**WHAT THE EXERCISE ASKS:** A stretch of the entries below is to be set down exactly, running from the line with "e20 v18 v7 LINE" through the line with "e39 v20 v12 LINE", both included, and no other line.

**WORKING DATA:**
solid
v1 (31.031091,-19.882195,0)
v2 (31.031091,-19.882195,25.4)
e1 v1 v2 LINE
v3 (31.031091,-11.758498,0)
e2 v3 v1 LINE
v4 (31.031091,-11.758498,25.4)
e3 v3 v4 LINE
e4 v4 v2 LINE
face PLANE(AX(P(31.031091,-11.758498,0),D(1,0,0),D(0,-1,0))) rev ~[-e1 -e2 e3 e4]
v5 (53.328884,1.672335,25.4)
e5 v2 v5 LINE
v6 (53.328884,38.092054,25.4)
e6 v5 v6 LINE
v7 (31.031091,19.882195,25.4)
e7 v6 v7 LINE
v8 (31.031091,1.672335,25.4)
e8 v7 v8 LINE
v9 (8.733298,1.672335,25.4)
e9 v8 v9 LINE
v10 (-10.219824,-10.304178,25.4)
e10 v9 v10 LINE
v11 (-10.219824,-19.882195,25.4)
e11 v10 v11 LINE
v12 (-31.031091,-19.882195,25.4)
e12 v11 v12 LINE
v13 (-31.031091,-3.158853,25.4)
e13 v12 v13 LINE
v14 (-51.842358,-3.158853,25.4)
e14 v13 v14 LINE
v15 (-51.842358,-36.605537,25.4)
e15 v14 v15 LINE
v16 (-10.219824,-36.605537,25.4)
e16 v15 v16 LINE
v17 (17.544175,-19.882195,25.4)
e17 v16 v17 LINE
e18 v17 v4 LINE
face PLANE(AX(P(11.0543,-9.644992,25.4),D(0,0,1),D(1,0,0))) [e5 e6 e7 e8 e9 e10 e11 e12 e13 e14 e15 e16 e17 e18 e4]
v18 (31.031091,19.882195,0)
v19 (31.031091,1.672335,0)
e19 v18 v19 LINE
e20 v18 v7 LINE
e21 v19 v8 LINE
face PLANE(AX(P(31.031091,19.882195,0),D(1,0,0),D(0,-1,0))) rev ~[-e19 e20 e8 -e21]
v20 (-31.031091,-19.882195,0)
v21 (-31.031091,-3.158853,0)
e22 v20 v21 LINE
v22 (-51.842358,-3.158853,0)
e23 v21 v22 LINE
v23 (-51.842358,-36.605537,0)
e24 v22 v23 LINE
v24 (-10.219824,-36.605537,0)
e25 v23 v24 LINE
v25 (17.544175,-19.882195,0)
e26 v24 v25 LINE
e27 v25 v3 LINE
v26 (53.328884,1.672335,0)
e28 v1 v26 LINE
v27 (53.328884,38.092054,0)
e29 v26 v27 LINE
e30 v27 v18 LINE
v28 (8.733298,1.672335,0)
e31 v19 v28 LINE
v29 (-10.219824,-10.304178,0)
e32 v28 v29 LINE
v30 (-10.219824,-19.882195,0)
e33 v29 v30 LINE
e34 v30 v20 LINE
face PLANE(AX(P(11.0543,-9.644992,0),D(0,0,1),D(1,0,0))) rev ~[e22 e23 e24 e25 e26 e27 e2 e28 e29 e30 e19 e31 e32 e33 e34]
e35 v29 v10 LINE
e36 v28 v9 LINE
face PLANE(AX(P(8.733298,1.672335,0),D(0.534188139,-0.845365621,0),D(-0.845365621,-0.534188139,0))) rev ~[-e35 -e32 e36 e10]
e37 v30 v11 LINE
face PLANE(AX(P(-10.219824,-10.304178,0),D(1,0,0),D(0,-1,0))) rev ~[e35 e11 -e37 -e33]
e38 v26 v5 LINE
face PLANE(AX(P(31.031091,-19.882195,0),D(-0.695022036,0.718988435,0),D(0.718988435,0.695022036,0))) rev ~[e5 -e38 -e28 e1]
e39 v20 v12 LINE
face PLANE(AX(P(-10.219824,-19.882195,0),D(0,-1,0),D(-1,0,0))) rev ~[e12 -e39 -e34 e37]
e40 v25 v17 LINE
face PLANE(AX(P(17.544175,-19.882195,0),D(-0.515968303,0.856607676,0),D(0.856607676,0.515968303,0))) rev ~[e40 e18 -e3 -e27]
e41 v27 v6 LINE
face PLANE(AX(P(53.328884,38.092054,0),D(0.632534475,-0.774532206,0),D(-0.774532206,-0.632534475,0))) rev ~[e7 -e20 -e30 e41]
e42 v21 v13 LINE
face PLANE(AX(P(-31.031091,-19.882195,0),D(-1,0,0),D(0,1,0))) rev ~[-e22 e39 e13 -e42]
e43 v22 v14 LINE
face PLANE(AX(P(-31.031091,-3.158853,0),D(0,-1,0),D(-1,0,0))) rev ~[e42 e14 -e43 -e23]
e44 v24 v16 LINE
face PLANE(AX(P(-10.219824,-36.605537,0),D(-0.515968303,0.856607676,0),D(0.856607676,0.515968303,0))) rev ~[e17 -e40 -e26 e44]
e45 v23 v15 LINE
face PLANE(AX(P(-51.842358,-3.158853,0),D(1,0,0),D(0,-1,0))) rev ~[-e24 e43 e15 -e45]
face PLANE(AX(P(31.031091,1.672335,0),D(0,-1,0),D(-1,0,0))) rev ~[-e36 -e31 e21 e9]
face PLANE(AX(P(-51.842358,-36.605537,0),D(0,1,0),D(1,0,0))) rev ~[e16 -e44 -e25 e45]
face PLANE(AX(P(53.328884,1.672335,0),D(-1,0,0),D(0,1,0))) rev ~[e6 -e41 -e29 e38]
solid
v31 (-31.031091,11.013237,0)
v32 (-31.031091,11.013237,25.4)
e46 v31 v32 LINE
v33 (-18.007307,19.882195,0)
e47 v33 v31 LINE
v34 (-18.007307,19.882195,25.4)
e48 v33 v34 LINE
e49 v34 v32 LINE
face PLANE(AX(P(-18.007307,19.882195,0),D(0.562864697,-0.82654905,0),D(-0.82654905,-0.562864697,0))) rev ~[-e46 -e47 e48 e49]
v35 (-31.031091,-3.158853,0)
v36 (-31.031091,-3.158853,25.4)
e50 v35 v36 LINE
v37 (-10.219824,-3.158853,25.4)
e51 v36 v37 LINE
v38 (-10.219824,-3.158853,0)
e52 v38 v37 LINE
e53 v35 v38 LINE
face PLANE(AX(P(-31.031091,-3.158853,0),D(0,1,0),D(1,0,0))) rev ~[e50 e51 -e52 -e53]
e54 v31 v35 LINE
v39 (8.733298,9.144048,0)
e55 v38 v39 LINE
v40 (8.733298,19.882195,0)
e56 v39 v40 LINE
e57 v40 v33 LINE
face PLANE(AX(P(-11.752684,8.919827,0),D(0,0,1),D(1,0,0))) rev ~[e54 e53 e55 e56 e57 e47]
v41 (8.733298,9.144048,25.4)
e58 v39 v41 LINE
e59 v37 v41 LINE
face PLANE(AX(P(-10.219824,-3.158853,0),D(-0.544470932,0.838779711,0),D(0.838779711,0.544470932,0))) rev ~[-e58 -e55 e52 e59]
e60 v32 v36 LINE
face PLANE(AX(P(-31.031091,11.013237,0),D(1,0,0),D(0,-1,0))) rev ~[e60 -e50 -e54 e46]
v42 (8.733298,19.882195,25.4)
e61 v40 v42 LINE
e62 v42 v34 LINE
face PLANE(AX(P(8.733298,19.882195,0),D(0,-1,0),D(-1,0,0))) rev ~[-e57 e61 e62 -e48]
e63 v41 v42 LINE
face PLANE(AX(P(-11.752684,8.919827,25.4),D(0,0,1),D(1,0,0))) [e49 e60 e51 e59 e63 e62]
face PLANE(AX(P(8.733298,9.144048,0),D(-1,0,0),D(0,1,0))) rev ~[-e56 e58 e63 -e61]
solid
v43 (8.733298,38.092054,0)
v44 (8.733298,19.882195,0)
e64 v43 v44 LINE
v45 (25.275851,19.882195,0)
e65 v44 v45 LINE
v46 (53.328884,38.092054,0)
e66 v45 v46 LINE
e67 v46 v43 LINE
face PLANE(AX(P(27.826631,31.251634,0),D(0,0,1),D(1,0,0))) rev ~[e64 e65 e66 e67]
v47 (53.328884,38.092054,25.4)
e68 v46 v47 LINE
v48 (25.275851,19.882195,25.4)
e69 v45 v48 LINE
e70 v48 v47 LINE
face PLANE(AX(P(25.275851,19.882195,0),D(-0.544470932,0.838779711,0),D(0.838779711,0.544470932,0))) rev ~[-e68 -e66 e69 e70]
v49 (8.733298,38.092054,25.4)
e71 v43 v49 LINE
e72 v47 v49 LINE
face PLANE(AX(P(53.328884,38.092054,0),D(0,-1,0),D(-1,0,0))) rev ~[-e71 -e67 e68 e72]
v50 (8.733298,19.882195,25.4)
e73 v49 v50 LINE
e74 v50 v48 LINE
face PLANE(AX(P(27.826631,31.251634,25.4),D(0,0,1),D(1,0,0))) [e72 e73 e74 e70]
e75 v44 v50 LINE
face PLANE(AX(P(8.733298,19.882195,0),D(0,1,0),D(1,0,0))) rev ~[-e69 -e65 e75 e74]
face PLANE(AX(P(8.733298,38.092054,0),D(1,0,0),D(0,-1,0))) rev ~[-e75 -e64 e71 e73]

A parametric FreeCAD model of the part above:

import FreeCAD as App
import Part
import Sketcher
from FreeCAD import Vector
Q = App.Units.Quantity

doc = App.newDocument("Part")
body = doc.addObject("PartDesign::Body", "Body")

# Sketch on XY plane
sketch1 = doc.addObject("Sketcher::SketchObject", "Sketch")
body.addObject(sketch1)
sketch1.AttachmentSupport = (doc.XY_Plane, [""])
sketch1.MapMode = "FlatFace"
sketch1.addGeometry([
    Part.LineSegment(Vector(9, 20, 0), Vector(-18, 20, 0)),  # 0
    Part.LineSegment(Vector(-18, 20, 0), Vector(-31, 11, 0)),  # 1
    Part.LineSegment(Vector(-31, 11, 0), Vector(-31, -3, 0)),  # 2
    Part.LineSegment(Vector(-31, -3, 0), Vector(-10, -3, 0)),  # 3
    Part.LineSegment(Vector(-10, -3, 0), Vector(9, 9, 0)),  # 4
    Part.LineSegment(Vector(9, 9, 0), Vector(9, 20, 0)),  # 5
], False)
sketch1.addConstraint([
    Sketcher.Constraint("Coincident", 0, 2, 1, 1),
    Sketcher.Constraint("Coincident", 1, 2, 2, 1),
    Sketcher.Constraint("Coincident", 2, 2, 3, 1),
    Sketcher.Constraint("Coincident", 3, 2, 4, 1),
    Sketcher.Constraint("Coincident", 4, 2, 5, 1),
    Sketcher.Constraint("Coincident", 5, 2, 0, 1),
    Sketcher.Constraint("Horizontal", 0),
    Sketcher.Constraint("Vertical", 2),
    Sketcher.Constraint("Horizontal", 3),
    Sketcher.Constraint("Vertical", 5),
    Sketcher.Constraint("DistanceY", 2, 2, 2, 1, 14.17209),
    Sketcher.Constraint("DistanceY", 3, 2, 4, 2, 12.302901),
    Sketcher.Constraint("Distance", 1, 15.756819),
    Sketcher.Constraint("DistanceX", 0, 2, 0, 1, 26.740605),
    Sketcher.Constraint("DistanceX", 3, 1, 3, 2, 20.811267),
    Sketcher.Constraint("DistanceY", 5, 1, 5, 2, 10.738147),
    Sketcher.Constraint("DistanceX", 1, 2, -1, 1, 31.031091),
    Sketcher.Constraint("DistanceY", -1, 1, 4, 2, 9.144048),
])
pad1 = doc.addObject("PartDesign::Pad", "Pad")
body.addObject(pad1)
pad1.Profile = sketch1
pad1.Length = Q("1 in")
body2 = doc.addObject("PartDesign::Body", "Body001")

# Sketch on XY plane
sketch2 = doc.addObject("Sketcher::SketchObject", "Sketch001")
body2.addObject(sketch2)
sketch2.AttachmentSupport = (doc.getObject("XY_Plane001"), [""])
sketch2.MapMode = "FlatFace"
sketch2.addGeometry([
    Part.LineSegment(Vector(31, 2, 0), Vector(9, 2, 0)),  # 0
    Part.LineSegment(Vector(9, 2, 0), Vector(-10, -10, 0)),  # 1
    Part.LineSegment(Vector(-10, -10, 0), Vector(-10, -20, 0)),  # 2
    Part.LineSegment(Vector(-10, -20, 0), Vector(-31, -20, 0)),  # 3
    Part.LineSegment(Vector(-31, -20, 0), Vector(-31, -3, 0)),  # 4
    Part.LineSegment(Vector(-31, -3, 0), Vector(-52, -3, 0)),  # 5
    Part.LineSegment(Vector(-52, -3, 0), Vector(-52, -37, 0)),  # 6
    Part.LineSegment(Vector(-52, -37, 0), Vector(-10, -37, 0)),  # 7
    Part.LineSegment(Vector(-10, -37, 0), Vector(18, -20, 0)),  # 8
    Part.LineSegment(Vector(18, -20, 0), Vector(31, -12, 0)),  # 9
    Part.LineSegment(Vector(31, -12, 0), Vector(31, -20, 0)),  # 10
    Part.LineSegment(Vector(31, -20, 0), Vector(53, 2, 0)),  # 11
    Part.LineSegment(Vector(53, 2, 0), Vector(53, 38, 0)),  # 12
    Part.LineSegment(Vector(53, 38, 0), Vector(31, 20, 0)),  # 13
    Part.LineSegment(Vector(31, 20, 0), Vector(31, 2, 0)),  # 14
], False)
sketch2.addConstraint([
    Sketcher.Constraint("Coincident", 0, 2, 1, 1),
    Sketcher.Constraint("Coincident", 1, 2, 2, 1),
    Sketcher.Constraint("Coincident", 2, 2, 3, 1),
    Sketcher.Constraint("Coincident", 3, 2, 4, 1),
    Sketcher.Constraint("Coincident", 4, 2, 5, 1),
    Sketcher.Constraint("Coincident", 5, 2, 6, 1),
    Sketcher.Constraint("Coincident", 6, 2, 7, 1),
    Sketcher.Constraint("Coincident", 7, 2, 8, 1),
    Sketcher.Constraint("Coincident", 8, 2, 9, 1),
    Sketcher.Constraint("Coincident", 9, 2, 10, 1),
    Sketcher.Constraint("Coincident", 10, 2, 11, 1),
    Sketcher.Constraint("Coincident", 11, 2, 12, 1),
    Sketcher.Constraint("Coincident", 12, 2, 13, 1),
    Sketcher.Constraint("Coincident", 13, 2, 14, 1),
    Sketcher.Constraint("Coincident", 14, 2, 0, 1),
    Sketcher.Constraint("Horizontal", 0),
    Sketcher.Constraint("Vertical", 2),
    Sketcher.Constraint("Horizontal", 3),
    Sketcher.Constraint("Vertical", 4),
    Sketcher.Constraint("Horizontal", 5),
    Sketcher.Constraint("Vertical", 6),
    Sketcher.Constraint("Horizontal", 7),
    Sketcher.Constraint("Vertical", 10),
    Sketcher.Constraint("Vertical", 12),
    Sketcher.Constraint("Vertical", 14),
    Sketcher.Constraint("Symmetric", 3, 2, 13, 2, -1, 1),
    Sketcher.Constraint("Symmetric", 3, 2, 10, 2, -2),
    Sketcher.Constraint("Parallel", 8, 9),
    Sketcher.Constraint("Horizontal", 3, 2, 8, 2),
    Sketcher.Constraint("Horizontal", 0, 2, 11, 2),
    Sketcher.Constraint("Vertical", 2, 2, 7, 2),
    Sketcher.Constraint("Equal", 3, 5),
    Sketcher.Constraint("DistanceY", 12, 1, 12, 2, 36.419719),
    Sketcher.Constraint("DistanceY", 14, 2, 14, 1, 18.20986),
    Sketcher.Constraint("DistanceX", 2, 2, 8, 2, 27.763998),
    Sketcher.Constraint("Distance", 1, 22.420028),
    Sketcher.Constraint("Distance", 8, 32.411569),
    Sketcher.Constraint("Distance", 11, 31.012728),
    Sketcher.Constraint("DistanceX", 0, 2, 0, 1, 22.297793),
    Sketcher.Constraint("DistanceX", 3, 2, 3, 1, 20.811267),
    Sketcher.Constraint("DistanceY", 2, 2, 2, 1, 9.578016),
    Sketcher.Constraint("DistanceY", 4, 1, 4, 2, 16.723342),
    Sketcher.Constraint("DistanceY", 10, 2, 10, 1, 8.123697),
])
pad2 = doc.addObject("PartDesign::Pad", "Pad001")
body2.addObject(pad2)
pad2.Profile = sketch2
pad2.Length = Q("1 in")
body3 = doc.addObject("PartDesign::Body", "Body002")

# Sketch on XY plane
sketch3 = doc.addObject("Sketcher::SketchObject", "Sketch002")
body3.addObject(sketch3)
sketch3.AttachmentSupport = (doc.getObject("XY_Plane002"), [""])
sketch3.MapMode = "FlatFace"
sketch3.addGeometry([
    Part.LineSegment(Vector(53, 38, 0), Vector(9, 38, 0)),
    Part.LineSegment(Vector(9, 38, 0), Vector(9, 20, 0)),
    Part.LineSegment(Vector(9, 20, 0), Vector(25, 20, 0)),
    Part.LineSegment(Vector(25, 20, 0), Vector(53, 38, 0)),
], False)
sketch3.addConstraint([
    Sketcher.Constraint("Coincident", 0, 2, 1, 1),
    Sketcher.Constraint("Coincident", 1, 2, 2, 1),
    Sketcher.Constraint("Coincident", 2, 2, 3, 1),
    Sketcher.Constraint("Coincident", 3, 2, 0, 1),
    Sketcher.Constraint("Horizontal", 0),
    Sketcher.Constraint("Vertical", 1),
    Sketcher.Constraint("Horizontal", 2),
    Sketcher.Constraint("DistanceY", 1, 2, 1, 1, 18.20986),
    Sketcher.Constraint("DistanceX", 0, 2, 0, 1, 44.595586),
    Sketcher.Constraint("DistanceX", 2, 1, 2, 2, 16.542553),
    Sketcher.Constraint("DistanceX", -1, 1, 2, 2, 25.275851),
    Sketcher.Constraint("DistanceY", -1, 1, 0, 2, 38.092054),
])
pad3 = doc.addObject("PartDesign::Pad", "Pad002")
body3.addObject(pad3)
pad3.Profile = sketch3
pad3.Length = Q("1 in")

doc.recompute()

**ANSWER TO THIS PROBLEM:**
e20 v18 v7 LINE
e21 v19 v8 LINE
face PLANE(AX(P(31.031091,19.882195,0),D(1,0,0),D(0,-1,0))) rev ~[-e19 e20 e8 -e21]
v20 (-31.031091,-19.882195,0)
v21 (-31.031091,-3.158853,0)
e22 v20 v21 LINE
v22 (-51.842358,-3.158853,0)
e23 v21 v22 LINE
v23 (-51.842358,-36.605537,0)
e24 v22 v23 LINE
v24 (-10.219824,-36.605537,0)
e25 v23 v24 LINE
v25 (17.544175,-19.882195,0)
e26 v24 v25 LINE
e27 v25 v3 LINE
v26 (53.328884,1.672335,0)
e28 v1 v26 LINE
v27 (53.328884,38.092054,0)
e29 v26 v27 LINE
e30 v27 v18 LINE
v28 (8.733298,1.672335,0)
e31 v19 v28 LINE
v29 (-10.219824,-10.304178,0)
e32 v28 v29 LINE
v30 (-10.219824,-19.882195,0)
e33 v29 v30 LINE
e34 v30 v20 LINE
face PLANE(AX(P(11.0543,-9.644992,0),D(0,0,1),D(1,0,0))) rev ~[e22 e23 e24 e25 e26 e27 e2 e28 e29 e30 e19 e31 e32 e33 e34]
e35 v29 v10 LINE
e36 v28 v9 LINE
face PLANE(AX(P(8.733298,1.672335,0),D(0.534188139,-0.845365621,0),D(-0.845365621,-0.534188139,0))) rev ~[-e35 -e32 e36 e10]
e37 v30 v11 LINE
face PLANE(AX(P(-10.219824,-10.304178,0),D(1,0,0),D(0,-1,0))) rev ~[e35 e11 -e37 -e33]
e38 v26 v5 LINE
face PLANE(AX(P(31.031091,-19.882195,0),D(-0.695022036,0.718988435,0),D(0.718988435,0.695022036,0))) rev ~[e5 -e38 -e28 e1]
e39 v20 v12 LINE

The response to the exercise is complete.